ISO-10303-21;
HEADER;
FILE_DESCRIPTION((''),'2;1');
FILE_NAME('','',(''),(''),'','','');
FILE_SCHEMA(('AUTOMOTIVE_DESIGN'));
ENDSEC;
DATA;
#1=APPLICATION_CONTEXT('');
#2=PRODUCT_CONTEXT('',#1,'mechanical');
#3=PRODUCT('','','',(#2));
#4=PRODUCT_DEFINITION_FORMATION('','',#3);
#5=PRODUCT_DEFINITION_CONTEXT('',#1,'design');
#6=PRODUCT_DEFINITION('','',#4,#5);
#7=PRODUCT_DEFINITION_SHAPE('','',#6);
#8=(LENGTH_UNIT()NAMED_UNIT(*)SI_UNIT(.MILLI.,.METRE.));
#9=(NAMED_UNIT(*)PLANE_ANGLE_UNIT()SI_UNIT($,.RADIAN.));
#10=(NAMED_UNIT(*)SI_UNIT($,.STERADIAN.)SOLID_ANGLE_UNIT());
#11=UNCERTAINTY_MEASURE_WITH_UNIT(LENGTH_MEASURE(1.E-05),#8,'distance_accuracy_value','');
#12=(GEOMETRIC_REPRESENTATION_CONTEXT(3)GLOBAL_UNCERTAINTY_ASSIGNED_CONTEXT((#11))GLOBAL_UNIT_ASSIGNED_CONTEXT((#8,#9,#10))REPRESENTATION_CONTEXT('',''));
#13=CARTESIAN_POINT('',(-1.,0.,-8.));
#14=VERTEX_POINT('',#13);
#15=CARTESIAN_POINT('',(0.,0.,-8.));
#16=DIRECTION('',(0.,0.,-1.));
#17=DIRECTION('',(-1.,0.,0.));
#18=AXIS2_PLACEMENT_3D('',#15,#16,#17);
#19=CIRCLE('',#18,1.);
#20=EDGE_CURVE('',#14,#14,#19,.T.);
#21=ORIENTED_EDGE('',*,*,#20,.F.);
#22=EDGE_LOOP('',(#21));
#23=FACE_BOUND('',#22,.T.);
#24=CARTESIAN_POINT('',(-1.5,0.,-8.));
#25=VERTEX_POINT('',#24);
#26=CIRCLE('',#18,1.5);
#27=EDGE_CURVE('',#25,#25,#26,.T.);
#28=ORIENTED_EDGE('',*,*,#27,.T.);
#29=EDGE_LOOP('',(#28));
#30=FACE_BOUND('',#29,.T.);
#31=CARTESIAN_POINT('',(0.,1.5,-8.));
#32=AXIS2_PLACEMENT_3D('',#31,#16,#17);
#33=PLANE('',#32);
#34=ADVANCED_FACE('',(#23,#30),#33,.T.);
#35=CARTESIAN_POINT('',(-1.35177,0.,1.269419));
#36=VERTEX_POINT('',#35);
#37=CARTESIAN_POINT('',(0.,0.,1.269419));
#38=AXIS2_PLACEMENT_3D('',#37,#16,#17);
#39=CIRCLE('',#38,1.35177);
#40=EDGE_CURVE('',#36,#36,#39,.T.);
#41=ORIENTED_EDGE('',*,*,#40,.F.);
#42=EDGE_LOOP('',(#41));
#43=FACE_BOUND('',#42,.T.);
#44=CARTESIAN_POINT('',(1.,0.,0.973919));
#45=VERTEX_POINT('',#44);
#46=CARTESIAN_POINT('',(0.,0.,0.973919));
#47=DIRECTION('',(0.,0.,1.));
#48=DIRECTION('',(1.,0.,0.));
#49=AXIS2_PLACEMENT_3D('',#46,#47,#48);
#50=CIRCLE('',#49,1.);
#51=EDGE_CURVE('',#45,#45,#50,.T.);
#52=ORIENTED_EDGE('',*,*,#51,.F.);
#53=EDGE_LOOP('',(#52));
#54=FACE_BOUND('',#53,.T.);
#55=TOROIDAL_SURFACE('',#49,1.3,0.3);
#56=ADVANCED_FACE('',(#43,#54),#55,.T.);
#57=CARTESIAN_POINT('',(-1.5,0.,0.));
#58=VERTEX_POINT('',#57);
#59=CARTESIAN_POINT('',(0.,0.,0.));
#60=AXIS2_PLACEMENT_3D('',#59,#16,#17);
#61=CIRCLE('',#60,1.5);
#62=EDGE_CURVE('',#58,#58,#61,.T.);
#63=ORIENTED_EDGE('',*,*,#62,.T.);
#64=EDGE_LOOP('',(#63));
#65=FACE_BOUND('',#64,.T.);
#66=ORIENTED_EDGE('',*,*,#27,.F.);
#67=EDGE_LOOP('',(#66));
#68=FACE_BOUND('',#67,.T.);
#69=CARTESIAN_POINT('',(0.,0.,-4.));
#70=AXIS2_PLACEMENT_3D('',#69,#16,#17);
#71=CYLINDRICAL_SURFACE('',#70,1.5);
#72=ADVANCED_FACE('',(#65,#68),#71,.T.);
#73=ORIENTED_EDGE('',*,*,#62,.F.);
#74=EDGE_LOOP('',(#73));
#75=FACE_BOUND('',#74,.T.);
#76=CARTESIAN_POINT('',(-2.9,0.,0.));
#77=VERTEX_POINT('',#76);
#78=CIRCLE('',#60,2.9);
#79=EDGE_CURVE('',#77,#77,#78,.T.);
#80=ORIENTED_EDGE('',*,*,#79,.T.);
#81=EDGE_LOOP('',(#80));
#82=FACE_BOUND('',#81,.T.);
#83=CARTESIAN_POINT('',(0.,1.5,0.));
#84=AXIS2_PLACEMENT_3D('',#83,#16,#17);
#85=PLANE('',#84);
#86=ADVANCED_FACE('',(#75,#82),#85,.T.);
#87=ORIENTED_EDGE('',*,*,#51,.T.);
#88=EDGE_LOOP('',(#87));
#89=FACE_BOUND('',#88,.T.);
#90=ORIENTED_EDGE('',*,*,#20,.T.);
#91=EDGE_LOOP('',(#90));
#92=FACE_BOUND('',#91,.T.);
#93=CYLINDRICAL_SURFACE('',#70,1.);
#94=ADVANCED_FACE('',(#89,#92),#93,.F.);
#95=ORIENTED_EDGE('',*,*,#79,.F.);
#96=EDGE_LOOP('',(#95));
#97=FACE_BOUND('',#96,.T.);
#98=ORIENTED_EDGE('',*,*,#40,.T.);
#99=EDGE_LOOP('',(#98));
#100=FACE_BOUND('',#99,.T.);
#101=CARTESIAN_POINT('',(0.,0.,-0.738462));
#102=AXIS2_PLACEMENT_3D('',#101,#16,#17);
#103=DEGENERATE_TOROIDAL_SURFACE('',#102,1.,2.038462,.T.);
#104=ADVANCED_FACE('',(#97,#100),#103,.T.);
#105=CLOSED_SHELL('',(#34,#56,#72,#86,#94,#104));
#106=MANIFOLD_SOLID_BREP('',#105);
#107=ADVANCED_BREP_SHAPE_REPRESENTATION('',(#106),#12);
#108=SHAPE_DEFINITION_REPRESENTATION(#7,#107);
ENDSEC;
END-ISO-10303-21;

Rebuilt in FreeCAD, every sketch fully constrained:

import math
import FreeCAD as App
import Part
import Sketcher
from FreeCAD import Vector


def edges_at(feature, points):
    """Names of the edges that pass closest to the given points."""
    edges = feature.Shape.Edges
    near = lambda p: min(range(len(edges)), key=lambda i: edges[i].distToShape(Part.Vertex(*p))[0])
    return sorted({f"Edge{near(p) + 1}" for p in points})

doc = App.newDocument("Part")
body = doc.addObject("PartDesign::Body", "Body")

# Sketch on YZ plane
sketch1 = body.newObject("Sketcher::SketchObject", "Sketch")
sketch1.AttachmentSupport = (doc.getObject("YZ_Plane"), [""])
sketch1.MapMode = "FlatFace"
sketch1.addGeometry(Part.LineSegment(Vector(1.5, 0, 0), Vector(2.9, 0, 0)), False)
sketch1.addGeometry(Part.ArcOfCircle(Part.Circle(Vector(1, -0.7, 0), Vector(0, 0, 1), 2), math.radians(21), math.radians(90)), False)
sketch1.addGeometry(Part.LineSegment(Vector(1, 1.3, 0), Vector(1, -8, 0)), False)
sketch1.addGeometry(Part.LineSegment(Vector(1, -8, 0), Vector(1.5, -8, 0)), False)
sketch1.addGeometry(Part.LineSegment(Vector(1.5, -8, 0), Vector(1.5, 0, 0)), False)
sketch1.addConstraint(Sketcher.Constraint("Coincident", 0, 2, 1, 1))
sketch1.addConstraint(Sketcher.Constraint("Coincident", 1, 2, 2, 1))
sketch1.addConstraint(Sketcher.Constraint("Coincident", 2, 2, 3, 1))
sketch1.addConstraint(Sketcher.Constraint("Coincident", 3, 2, 4, 1))
sketch1.addConstraint(Sketcher.Constraint("Coincident", 4, 2, 0, 1))
sketch1.addConstraint(Sketcher.Constraint("Horizontal", 0))
sketch1.addConstraint(Sketcher.Constraint("Vertical", 2))
sketch1.addConstraint(Sketcher.Constraint("Horizontal", 3))
sketch1.addConstraint(Sketcher.Constraint("Vertical", 4))
sketch1.addConstraint(Sketcher.Constraint("PointOnObject", 0, 2, -1))
sketch1.addConstraint(Sketcher.Constraint("DistanceY", 4, 1, 4, 2, 8.0))
sketch1.addConstraint(Sketcher.Constraint("DistanceX", 0, 1, 0, 2, 1.4))
sketch1.addConstraint(Sketcher.Constraint("DistanceX", 3, 1, 3, 2, 0.5))
sketch1.addConstraint(Sketcher.Constraint("DistanceY", 2, 2, 2, 1, 9.3))
sketch1.addConstraint(Sketcher.Constraint("DistanceX", -1, 1, 1, 3, 1.0))
sketch1.addConstraint(Sketcher.Constraint("DistanceX", -1, 1, 1, 2, 1.0))
revolution = body.newObject("PartDesign::Revolution", "Revolution")
revolution.Profile = sketch1
revolution.ReferenceAxis = (sketch1, ["V_Axis"])
revolution.Angle = 360
doc.recompute()

fillet = body.newObject("PartDesign::Fillet", "Fillet")
fillet.Base = (revolution, edges_at(revolution, [(1, 0, 1.3)]))
fillet.Radius = 0.3

doc.recompute()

======

## Directions
The lines above starting at the one that contains "#60=AXIS2_PLACEMENT_3D('',#59,#16,#17);" and ending at the one that contains "#68=FACE_BOUND('',#67,.T.);" must be transcribed exactly, and no other lines may appear.

## Response for this exercise
#60=AXIS2_PLACEMENT_3D('',#59,#16,#17);
#61=CIRCLE('',#60,1.5);
#62=EDGE_CURVE('',#58,#58,#61,.T.);
#63=ORIENTED_EDGE('',*,*,#62,.T.);
#64=EDGE_LOOP('',(#63));
#65=FACE_BOUND('',#64,.T.);
#66=ORIENTED_EDGE('',*,*,#27,.F.);
#67=EDGE_LOOP('',(#66));
#68=FACE_BOUND('',#67,.T.);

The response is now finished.